DFALLM: Achieving Generalizable Multitask Deepfake Detection by Optimizing Audio LLM Components

Audio deepfake detection has recently garnered public concern due to its implications for security and reliability. Traditional deep learning methods have been widely applied to this task but often lack generalisability when confronted with newly emerging spoofing techniques and more tasks such as spoof attribution recognition rather than simple binary classification. In principle, Large Language Models (LLMs) are considered to possess the needed generalisation capabilities. However, previous research on Audio LLMs (ALLMs) indicates a generalization bottleneck in audio deepfake detection performance, even when sufficient data is available. Consequently, this study investigates the model architecture and examines the effects of the primary components of ALLMs, namely the audio encoder and the text-based LLM. Our experiments demonstrate that the careful selection and combination of audio encoders and text-based LLMs are crucial for unlocking the deepfake detection potential of ALLMs. We further propose an ALLM structure capable of generalizing deepfake detection abilities to out-of-domain spoofing tests and other deepfake tasks, such as spoof positioning and spoof attribution recognition.

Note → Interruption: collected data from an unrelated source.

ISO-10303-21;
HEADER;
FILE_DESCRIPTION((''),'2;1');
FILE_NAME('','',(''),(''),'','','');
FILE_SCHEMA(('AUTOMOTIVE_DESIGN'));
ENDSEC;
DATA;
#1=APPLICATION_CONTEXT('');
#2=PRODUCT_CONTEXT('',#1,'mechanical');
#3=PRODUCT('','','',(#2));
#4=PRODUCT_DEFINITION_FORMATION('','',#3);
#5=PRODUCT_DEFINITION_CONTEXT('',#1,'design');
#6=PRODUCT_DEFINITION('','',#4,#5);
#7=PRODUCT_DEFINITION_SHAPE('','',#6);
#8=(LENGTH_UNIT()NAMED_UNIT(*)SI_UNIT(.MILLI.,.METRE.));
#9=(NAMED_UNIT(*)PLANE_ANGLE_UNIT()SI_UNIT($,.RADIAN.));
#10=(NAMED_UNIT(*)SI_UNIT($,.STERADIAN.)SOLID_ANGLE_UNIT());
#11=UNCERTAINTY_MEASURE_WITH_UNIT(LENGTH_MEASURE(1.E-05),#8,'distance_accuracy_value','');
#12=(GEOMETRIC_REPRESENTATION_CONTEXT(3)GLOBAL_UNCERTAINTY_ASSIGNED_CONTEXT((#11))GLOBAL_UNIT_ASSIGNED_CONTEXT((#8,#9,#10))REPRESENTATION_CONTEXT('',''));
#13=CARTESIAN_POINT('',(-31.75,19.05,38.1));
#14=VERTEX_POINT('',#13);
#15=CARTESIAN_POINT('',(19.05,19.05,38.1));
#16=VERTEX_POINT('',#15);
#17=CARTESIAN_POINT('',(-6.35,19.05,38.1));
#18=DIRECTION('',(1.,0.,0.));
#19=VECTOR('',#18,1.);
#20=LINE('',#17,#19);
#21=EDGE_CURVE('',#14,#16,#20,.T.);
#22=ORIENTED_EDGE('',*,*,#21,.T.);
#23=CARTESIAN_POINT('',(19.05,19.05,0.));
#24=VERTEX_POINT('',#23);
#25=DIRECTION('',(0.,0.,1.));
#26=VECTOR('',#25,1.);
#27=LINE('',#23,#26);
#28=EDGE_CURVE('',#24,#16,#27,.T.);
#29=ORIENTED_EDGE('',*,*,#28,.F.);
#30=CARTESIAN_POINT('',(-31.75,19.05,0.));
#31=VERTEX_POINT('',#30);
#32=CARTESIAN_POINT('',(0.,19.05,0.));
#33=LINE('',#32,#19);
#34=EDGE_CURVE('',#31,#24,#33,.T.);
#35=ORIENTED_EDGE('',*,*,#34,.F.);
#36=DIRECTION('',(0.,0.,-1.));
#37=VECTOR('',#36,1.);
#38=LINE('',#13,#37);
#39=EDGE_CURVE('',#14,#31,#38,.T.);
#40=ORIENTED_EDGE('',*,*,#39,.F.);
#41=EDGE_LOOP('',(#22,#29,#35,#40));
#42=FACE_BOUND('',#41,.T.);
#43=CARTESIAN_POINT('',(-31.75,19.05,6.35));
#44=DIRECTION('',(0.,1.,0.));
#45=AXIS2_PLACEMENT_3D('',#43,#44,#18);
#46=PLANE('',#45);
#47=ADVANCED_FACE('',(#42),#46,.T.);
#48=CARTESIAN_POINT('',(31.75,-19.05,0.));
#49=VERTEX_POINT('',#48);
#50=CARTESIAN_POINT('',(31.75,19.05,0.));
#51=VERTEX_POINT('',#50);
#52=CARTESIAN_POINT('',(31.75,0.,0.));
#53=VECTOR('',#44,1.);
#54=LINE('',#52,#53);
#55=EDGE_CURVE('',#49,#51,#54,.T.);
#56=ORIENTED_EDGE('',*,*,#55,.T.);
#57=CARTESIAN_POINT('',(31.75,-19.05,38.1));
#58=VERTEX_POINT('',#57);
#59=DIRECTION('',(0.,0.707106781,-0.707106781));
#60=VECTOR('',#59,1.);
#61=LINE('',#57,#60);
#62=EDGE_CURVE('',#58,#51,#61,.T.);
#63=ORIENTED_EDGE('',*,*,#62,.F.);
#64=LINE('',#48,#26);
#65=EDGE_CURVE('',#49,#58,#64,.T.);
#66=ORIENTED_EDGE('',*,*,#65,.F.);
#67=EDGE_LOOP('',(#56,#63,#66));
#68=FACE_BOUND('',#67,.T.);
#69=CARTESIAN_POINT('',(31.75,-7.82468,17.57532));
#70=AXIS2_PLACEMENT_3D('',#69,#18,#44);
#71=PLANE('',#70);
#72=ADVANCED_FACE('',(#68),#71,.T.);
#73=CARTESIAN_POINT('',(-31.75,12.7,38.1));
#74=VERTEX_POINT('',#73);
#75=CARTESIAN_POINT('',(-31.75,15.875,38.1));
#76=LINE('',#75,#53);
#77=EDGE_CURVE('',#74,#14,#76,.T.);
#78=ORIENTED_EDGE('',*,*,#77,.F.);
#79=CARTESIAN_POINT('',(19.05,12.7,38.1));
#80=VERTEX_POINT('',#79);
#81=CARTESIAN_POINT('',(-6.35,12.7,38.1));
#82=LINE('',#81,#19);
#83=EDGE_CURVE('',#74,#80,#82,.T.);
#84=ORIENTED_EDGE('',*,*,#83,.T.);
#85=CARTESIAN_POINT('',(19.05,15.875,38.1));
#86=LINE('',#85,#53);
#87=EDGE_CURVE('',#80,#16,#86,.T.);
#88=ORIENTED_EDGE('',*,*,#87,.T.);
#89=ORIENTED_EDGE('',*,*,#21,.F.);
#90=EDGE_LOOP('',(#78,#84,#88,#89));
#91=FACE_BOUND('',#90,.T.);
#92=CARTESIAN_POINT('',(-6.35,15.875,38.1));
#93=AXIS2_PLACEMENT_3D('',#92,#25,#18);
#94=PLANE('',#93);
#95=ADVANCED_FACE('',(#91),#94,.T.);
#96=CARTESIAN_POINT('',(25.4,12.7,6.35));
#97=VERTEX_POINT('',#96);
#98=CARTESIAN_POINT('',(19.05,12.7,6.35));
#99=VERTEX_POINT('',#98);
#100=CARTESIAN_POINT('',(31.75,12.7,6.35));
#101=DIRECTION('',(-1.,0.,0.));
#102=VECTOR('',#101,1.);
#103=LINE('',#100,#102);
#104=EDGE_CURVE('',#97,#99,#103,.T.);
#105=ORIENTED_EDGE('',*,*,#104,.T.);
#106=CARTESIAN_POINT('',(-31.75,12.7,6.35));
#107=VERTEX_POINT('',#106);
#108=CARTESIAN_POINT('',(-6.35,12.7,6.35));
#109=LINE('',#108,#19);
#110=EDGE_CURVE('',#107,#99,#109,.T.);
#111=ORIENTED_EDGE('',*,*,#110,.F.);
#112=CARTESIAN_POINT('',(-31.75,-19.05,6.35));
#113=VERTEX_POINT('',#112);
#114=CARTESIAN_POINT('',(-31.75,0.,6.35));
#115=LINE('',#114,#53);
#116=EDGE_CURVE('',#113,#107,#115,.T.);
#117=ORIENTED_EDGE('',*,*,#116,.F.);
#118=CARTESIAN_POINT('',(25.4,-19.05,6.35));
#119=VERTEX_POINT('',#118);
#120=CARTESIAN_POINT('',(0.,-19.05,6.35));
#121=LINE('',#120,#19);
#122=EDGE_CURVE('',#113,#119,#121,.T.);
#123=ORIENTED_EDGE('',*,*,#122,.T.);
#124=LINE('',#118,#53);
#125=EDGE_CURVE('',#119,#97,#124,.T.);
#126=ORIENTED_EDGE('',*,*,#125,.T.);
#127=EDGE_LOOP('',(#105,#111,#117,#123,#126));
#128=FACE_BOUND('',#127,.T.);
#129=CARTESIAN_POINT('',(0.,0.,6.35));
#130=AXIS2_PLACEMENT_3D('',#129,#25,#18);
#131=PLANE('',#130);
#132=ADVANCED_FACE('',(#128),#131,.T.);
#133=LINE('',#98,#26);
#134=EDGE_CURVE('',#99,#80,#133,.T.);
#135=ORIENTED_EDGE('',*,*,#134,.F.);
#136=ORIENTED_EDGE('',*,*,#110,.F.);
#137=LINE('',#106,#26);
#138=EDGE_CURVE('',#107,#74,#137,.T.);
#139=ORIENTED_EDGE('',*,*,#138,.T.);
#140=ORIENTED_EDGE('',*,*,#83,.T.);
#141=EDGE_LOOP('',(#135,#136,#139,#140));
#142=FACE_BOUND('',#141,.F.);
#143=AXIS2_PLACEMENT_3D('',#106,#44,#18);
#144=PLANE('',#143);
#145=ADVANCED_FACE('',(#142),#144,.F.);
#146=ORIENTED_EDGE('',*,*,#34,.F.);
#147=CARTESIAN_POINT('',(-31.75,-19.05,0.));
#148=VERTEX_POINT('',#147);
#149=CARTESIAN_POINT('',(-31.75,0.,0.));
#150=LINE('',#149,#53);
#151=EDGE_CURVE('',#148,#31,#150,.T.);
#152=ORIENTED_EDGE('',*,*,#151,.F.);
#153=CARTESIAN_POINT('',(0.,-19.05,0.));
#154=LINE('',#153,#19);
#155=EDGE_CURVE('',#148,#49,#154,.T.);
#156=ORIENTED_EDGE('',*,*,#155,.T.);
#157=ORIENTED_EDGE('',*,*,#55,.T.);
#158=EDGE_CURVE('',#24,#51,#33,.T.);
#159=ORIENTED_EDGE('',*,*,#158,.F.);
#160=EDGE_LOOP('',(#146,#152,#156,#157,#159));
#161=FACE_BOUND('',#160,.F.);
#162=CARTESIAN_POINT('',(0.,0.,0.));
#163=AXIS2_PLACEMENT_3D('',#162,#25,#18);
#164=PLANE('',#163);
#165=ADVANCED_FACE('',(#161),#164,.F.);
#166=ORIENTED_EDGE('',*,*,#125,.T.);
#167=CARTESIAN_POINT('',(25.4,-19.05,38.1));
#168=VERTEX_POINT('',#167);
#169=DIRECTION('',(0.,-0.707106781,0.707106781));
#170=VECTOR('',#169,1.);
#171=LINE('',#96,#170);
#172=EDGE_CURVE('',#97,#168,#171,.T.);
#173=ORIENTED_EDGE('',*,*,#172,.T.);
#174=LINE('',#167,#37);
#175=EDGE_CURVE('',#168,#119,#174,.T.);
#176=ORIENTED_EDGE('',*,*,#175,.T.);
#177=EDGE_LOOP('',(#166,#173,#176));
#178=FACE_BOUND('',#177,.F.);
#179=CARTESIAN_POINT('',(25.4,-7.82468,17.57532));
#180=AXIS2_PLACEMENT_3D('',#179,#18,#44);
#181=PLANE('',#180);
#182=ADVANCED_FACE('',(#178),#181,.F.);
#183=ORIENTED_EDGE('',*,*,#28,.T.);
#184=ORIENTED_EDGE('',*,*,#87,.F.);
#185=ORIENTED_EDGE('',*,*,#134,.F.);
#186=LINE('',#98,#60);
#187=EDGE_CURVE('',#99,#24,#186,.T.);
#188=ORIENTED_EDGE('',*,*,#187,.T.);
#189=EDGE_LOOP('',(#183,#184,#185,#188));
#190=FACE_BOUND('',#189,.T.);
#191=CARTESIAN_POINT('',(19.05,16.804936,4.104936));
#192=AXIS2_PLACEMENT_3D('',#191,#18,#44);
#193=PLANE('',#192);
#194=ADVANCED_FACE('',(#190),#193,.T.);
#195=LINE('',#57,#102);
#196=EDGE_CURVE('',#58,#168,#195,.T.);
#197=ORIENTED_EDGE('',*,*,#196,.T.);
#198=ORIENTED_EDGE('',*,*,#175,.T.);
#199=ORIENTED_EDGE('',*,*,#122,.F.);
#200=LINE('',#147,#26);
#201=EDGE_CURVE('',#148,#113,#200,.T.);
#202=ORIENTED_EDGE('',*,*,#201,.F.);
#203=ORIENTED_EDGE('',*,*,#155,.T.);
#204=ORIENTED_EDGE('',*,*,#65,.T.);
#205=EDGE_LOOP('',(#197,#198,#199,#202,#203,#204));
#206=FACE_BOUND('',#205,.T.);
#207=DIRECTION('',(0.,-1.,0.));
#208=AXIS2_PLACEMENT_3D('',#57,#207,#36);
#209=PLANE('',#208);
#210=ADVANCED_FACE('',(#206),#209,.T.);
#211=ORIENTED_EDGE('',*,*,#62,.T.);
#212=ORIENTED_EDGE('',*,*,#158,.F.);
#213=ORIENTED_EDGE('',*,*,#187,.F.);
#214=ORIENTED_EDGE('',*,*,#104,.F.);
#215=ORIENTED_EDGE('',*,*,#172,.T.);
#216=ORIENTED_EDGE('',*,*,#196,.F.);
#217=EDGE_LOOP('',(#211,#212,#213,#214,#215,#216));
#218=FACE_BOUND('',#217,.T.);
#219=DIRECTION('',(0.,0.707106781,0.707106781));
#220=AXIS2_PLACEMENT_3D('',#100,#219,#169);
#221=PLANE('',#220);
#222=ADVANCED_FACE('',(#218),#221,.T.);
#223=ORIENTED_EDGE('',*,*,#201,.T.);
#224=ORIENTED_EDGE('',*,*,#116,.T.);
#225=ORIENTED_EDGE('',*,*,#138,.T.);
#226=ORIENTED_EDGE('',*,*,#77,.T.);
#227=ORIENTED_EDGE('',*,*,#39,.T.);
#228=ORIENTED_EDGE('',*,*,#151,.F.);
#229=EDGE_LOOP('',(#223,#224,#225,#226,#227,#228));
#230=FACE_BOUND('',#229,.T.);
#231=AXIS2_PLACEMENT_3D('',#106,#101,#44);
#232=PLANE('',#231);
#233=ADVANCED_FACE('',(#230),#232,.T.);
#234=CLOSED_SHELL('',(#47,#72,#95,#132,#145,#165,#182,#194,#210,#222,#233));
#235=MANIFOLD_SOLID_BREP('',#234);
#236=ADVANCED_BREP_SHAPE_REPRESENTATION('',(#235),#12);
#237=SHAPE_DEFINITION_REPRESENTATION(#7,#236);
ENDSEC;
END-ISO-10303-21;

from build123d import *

# Parameters (mm, degrees)
F0_W     = 63.5
F0_H     = 38.1
F1_DEPTH = 6.35
F2_W     = 50.8
F2_H     = 6.35
F3_DEPTH = 31.75
F5_DEPTH = 6.35
F7_DEPTH = 12.7


with BuildPart() as f1:
    # F0 (on Top) → F1 (new body)
    with BuildSketch(Plane.XY):
        Rectangle(F0_W, F0_H)
    extrude(amount=F1_DEPTH)

    # F2 (on face) → F3 (join)
    with BuildSketch(Plane.XY.offset(6.35)):
        with Locations((-6.35, 15.875)):
            Rectangle(F2_W, F2_H)
    extrude(amount=F3_DEPTH)

    # F4 (on face) → F5 (join)
    with BuildSketch(Plane.YZ.offset(31.75)):
        Polygon((-19.05, 6.35), (12.7, 6.35), (-19.05, 38.1), align=None)
    extrude(amount=-F5_DEPTH)

    # F6 (on face) → F7 (cut)
    with BuildSketch(Plane.YZ.offset(31.75)):
        Polygon((19.05, 6.35), (12.7, 6.35), (19.05, 0), align=None)
    extrude(amount=-F7_DEPTH, mode=Mode.SUBTRACT)


solid = f1.part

Our proposed model architecture achieves state-of-the-art (SOTA) performance across multiple datasets, including ASVSpoof2019, InTheWild, and Demopage, with accuracy reaching up to 95.76% on average, and exhibits competitive capabilities in other deepfake detection tasks such as attribution, and localisation compared to SOTA audio understanding models. Data and codes are provided in supplementary materials.